» **Problem requirements**: Find the lines holding the string "revolve" in the data, then copy all of them.

» **Supplied data**:
++++++++

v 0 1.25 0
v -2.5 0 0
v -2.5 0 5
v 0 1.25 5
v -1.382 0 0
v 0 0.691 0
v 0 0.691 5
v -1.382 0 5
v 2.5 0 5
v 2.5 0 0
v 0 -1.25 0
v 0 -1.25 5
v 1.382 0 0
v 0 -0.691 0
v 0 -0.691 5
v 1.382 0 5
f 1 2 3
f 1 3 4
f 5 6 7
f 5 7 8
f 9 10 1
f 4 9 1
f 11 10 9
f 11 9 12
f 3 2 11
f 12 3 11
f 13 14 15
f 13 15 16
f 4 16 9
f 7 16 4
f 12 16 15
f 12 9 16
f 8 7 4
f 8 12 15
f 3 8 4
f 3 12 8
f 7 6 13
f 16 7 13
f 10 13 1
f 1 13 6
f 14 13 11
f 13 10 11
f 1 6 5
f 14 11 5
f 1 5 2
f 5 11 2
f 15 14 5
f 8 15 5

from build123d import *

# Parameters (mm, degrees)
F2_DEPTH = 5


# Not quite as in the source:
# - a pattern or mirror of a feature is missing from the dataset's text; its kind, count and spacing are read off the source's solid
# - a feature names something its author has since deleted; it is built from what else it names


with BuildPart() as f2:
    # F1 (on Top) → F2 (new body)
    with BuildSketch(Plane.XY):
        Polygon((0, 1.25), (0, 0.6909830056), (1.3819660113, 0), (2.5, 0), align=None)
    extrude(amount=F2_DEPTH)

    # F2_copies: F2 across plane


with BuildPart() as f2_1:
    add(f2.part)
    add(f2.part.mirror(Plane(origin=(0, 0, 0), x_dir=(0, 0, -1), z_dir=(0, -1, 0))))

    # F2_copies1: F2 across plane


with BuildPart() as f2_2:
    add(f2_1.part)
    add(f2_1.part.mirror(Plane(origin=(0, 0, 0), x_dir=(0, 0, -1), z_dir=(-1, 0, 0))))


solid = f2_2.part
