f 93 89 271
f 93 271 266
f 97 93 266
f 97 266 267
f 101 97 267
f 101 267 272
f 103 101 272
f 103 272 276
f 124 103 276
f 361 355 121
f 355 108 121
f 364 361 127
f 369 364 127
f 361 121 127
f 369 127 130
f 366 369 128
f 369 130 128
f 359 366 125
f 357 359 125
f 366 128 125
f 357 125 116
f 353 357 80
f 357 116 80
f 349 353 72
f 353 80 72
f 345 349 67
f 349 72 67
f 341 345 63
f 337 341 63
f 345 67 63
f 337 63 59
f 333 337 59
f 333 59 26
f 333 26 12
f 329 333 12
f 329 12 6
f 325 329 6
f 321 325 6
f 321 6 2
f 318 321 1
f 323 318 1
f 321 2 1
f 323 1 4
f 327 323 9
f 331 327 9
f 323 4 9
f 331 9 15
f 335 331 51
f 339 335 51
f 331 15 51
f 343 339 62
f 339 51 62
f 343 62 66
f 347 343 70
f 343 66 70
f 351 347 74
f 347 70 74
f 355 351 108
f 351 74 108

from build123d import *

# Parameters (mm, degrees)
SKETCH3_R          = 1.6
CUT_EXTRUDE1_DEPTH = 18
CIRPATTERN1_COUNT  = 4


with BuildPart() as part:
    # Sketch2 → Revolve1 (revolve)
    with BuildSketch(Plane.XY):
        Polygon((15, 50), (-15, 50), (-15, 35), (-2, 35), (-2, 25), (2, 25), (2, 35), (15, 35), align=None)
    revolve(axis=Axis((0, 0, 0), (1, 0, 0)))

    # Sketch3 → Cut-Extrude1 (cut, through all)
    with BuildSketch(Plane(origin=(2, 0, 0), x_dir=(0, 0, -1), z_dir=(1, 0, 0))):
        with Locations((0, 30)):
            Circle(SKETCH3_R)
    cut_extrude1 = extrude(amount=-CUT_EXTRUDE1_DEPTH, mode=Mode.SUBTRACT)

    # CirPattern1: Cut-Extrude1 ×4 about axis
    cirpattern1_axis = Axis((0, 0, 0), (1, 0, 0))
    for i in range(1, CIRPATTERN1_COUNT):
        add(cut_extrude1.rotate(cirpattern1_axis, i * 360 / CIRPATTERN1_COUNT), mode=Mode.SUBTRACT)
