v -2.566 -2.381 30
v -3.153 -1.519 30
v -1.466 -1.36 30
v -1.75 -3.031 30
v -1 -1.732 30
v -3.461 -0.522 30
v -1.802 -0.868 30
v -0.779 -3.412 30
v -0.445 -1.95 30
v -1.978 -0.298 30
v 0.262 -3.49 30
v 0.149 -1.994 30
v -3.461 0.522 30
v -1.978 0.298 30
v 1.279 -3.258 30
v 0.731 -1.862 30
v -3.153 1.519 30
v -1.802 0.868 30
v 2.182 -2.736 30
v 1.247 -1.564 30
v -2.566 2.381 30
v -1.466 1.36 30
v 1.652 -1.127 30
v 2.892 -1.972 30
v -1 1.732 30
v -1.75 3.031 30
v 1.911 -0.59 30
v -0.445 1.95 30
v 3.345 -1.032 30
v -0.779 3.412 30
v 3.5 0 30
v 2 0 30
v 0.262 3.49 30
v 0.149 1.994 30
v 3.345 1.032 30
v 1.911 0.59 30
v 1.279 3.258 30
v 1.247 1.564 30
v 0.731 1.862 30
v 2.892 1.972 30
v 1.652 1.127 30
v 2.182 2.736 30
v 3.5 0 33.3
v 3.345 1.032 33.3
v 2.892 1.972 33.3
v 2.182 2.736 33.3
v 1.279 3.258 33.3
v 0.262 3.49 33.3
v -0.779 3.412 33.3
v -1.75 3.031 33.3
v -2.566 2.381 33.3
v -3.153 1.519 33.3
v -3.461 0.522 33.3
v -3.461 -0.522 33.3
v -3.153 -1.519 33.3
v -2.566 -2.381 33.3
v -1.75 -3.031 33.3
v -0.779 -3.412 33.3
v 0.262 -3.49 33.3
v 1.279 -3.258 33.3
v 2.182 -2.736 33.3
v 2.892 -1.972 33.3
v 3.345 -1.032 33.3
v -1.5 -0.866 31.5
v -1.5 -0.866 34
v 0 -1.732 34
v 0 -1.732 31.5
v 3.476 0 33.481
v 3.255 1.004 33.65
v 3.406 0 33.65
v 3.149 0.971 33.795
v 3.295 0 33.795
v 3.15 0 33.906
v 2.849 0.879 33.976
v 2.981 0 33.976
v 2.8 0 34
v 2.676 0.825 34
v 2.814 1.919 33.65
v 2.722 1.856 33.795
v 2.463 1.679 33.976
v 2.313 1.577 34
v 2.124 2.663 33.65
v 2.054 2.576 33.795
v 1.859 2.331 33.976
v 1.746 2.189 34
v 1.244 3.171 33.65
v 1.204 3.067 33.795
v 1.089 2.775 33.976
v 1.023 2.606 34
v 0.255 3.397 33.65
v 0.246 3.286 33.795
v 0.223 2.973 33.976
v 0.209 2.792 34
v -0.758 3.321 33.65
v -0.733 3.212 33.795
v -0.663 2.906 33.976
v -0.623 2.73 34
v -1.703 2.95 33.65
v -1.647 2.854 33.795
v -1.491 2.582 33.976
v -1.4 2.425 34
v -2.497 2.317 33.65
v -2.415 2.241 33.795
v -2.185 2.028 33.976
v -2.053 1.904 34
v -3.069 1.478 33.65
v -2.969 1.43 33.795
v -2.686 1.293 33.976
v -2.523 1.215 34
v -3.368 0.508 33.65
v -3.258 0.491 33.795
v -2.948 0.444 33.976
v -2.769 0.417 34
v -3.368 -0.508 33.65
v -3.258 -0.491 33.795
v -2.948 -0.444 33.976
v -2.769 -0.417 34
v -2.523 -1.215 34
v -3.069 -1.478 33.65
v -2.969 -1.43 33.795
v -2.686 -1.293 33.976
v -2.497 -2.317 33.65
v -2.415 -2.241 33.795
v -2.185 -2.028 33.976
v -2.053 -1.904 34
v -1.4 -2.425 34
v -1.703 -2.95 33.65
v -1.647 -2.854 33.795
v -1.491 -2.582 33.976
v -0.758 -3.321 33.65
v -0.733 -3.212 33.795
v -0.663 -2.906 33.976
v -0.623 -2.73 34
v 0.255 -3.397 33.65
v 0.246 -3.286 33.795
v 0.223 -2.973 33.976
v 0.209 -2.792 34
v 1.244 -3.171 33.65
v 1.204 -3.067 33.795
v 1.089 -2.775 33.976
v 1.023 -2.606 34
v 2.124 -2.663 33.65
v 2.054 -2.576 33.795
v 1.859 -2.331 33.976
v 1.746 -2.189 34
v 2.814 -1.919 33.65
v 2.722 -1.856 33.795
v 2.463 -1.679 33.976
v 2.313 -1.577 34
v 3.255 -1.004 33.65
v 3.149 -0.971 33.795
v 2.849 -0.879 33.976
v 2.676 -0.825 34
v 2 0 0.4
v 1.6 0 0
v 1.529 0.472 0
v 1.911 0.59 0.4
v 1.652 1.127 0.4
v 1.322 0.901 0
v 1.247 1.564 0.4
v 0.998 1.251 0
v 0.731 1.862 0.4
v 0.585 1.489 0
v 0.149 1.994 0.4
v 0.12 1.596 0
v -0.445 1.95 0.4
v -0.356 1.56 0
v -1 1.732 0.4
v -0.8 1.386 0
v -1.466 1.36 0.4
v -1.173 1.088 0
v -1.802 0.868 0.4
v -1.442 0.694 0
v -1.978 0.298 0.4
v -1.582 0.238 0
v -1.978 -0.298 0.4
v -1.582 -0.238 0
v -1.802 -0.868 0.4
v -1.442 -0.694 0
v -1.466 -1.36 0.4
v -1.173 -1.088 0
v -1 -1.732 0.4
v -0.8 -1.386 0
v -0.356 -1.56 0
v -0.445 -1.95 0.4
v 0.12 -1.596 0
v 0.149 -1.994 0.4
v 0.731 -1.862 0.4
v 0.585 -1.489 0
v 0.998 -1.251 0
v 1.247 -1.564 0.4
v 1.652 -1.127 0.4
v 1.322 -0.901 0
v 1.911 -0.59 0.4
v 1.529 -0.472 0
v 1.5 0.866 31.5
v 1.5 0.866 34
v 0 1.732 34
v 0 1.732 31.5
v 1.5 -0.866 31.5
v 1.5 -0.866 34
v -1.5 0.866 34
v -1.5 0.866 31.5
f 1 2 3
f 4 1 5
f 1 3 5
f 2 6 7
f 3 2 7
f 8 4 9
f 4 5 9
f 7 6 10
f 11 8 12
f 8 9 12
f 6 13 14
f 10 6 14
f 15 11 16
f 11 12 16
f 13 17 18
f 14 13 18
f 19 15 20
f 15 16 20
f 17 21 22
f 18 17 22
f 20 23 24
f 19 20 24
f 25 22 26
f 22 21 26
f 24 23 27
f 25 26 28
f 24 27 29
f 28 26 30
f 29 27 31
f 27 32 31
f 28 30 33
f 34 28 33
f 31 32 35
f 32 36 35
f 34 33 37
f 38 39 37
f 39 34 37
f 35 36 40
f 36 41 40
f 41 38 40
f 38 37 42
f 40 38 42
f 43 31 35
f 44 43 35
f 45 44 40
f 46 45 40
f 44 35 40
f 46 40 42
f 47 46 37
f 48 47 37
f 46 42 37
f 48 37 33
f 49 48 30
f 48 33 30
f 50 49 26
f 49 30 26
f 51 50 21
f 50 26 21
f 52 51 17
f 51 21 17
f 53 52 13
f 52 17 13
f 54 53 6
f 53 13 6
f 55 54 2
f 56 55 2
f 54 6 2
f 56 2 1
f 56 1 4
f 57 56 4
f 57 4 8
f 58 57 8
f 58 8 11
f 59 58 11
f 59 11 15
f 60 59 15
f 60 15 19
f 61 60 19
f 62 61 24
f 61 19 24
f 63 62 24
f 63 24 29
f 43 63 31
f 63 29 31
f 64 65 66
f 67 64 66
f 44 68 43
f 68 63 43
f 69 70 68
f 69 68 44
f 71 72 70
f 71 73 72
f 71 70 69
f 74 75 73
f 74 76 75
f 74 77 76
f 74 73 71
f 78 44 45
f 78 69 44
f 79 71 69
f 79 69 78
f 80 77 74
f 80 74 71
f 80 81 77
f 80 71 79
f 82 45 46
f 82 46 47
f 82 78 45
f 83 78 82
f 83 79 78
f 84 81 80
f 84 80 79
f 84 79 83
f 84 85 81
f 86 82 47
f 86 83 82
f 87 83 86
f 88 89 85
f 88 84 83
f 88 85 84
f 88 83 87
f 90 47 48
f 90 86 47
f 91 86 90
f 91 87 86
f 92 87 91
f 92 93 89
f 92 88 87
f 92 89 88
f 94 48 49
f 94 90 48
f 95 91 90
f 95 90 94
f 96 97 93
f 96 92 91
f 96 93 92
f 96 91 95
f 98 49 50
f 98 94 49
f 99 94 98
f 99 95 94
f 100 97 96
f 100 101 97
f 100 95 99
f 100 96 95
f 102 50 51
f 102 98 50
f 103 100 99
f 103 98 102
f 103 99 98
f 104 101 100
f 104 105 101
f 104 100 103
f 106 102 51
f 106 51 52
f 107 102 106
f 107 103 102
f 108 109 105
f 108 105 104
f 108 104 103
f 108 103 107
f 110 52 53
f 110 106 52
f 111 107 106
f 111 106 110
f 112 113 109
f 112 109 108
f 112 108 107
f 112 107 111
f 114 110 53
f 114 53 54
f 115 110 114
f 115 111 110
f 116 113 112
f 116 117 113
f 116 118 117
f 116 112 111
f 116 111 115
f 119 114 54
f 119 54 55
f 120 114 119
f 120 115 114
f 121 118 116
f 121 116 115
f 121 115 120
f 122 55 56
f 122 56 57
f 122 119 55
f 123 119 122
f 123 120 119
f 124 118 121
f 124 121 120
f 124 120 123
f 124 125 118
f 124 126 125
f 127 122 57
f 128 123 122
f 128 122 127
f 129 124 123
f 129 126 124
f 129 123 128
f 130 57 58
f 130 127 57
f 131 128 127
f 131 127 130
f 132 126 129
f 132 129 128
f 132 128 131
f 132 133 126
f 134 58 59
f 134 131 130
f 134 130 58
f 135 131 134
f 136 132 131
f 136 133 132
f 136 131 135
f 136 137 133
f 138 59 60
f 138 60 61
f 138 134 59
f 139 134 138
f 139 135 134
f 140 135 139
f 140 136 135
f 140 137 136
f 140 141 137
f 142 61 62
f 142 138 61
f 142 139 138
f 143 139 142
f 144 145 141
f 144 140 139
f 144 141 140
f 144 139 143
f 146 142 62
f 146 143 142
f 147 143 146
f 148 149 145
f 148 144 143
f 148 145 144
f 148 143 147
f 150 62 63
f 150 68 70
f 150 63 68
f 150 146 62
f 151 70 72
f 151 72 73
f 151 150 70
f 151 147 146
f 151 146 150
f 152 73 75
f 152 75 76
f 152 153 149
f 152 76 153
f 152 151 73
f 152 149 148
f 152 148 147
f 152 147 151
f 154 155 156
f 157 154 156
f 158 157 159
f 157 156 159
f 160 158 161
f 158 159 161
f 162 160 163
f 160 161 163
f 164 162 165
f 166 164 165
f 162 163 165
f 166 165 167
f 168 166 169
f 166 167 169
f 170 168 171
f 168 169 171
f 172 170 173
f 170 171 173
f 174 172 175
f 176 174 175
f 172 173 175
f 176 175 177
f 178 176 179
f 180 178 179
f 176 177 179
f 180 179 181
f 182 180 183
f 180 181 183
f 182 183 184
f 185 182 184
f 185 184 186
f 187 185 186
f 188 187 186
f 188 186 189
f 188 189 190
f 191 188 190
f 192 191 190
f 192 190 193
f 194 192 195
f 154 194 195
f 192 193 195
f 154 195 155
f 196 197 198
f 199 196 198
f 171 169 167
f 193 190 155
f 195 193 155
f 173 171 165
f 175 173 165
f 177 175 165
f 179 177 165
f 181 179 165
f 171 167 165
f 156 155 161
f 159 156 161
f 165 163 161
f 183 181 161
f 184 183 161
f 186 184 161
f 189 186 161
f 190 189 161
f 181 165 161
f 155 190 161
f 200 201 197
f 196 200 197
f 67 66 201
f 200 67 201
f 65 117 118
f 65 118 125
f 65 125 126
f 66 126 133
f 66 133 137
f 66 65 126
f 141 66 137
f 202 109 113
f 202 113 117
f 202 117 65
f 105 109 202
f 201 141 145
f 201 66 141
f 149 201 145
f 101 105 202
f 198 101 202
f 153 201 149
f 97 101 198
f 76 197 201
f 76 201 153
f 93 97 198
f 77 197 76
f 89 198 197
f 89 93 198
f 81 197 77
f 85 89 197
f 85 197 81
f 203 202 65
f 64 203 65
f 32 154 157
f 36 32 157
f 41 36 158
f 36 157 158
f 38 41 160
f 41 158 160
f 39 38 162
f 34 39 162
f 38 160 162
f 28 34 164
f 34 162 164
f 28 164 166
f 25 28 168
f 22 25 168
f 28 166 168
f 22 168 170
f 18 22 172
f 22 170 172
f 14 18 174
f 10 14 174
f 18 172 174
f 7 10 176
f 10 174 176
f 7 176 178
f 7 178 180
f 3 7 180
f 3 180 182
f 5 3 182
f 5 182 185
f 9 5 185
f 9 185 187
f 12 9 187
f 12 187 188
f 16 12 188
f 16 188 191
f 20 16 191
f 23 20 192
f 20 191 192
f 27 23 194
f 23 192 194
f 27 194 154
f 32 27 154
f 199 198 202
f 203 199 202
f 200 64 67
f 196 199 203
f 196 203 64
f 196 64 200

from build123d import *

# Parameters (mm, degrees)
ESQUISSE1_R             = 2
BASE_EXTRUSION_DEPTH    = 30
ESQUISSE2_R             = 3.5
BOSS_EXTRU_1_DEPTH      = 4
CHANFREIN1_SIZE         = 0.4
CONG_1_R                = 0.7
ENL_V_MAT_EXTRU_1_DEPTH = 2.5


with BuildPart() as part:
    # Esquisse1 → Base-Extrusion (new body)
    with BuildSketch(Plane.XY):
        Circle(ESQUISSE1_R)
    extrude(amount=BASE_EXTRUSION_DEPTH)

    # Esquisse2 → Boss.-Extru.1 (add)
    with BuildSketch(Plane.XY.offset(30)):
        Circle(ESQUISSE2_R)
    extrude(amount=BOSS_EXTRU_1_DEPTH)

    # Chanfrein1
    chanfrein1_edges = [part.edges().sort_by_distance(p)[0] for p in [
        (-2, 0, 0),
    ]]
    chamfer(chanfrein1_edges, length=CHANFREIN1_SIZE)

    # Congé1
    cong_1_edges = [part.edges().sort_by_distance(p)[0] for p in [
        (-3.5, 0, 34),
    ]]
    fillet(cong_1_edges, radius=CONG_1_R)

    # Esquisse3 → Enlèv. mat.-Extru.1 (cut)
    with BuildSketch(Plane.XY.offset(34)):
        Polygon((0, 1.732050808), (-1.5, 0.866025404), (-1.5, -0.866025404), (0, -1.732050808), (1.5, -0.866025404), (1.5, 0.866025404), align=None)
    extrude(amount=-ENL_V_MAT_EXTRU_1_DEPTH, mode=Mode.SUBTRACT)


solid = part.part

++++++++

» **Answer box**:
    # Sketch2 → Revolve1 (revolve)
    revolve(axis=Axis((0, 0, 0), (1, 0, 0)))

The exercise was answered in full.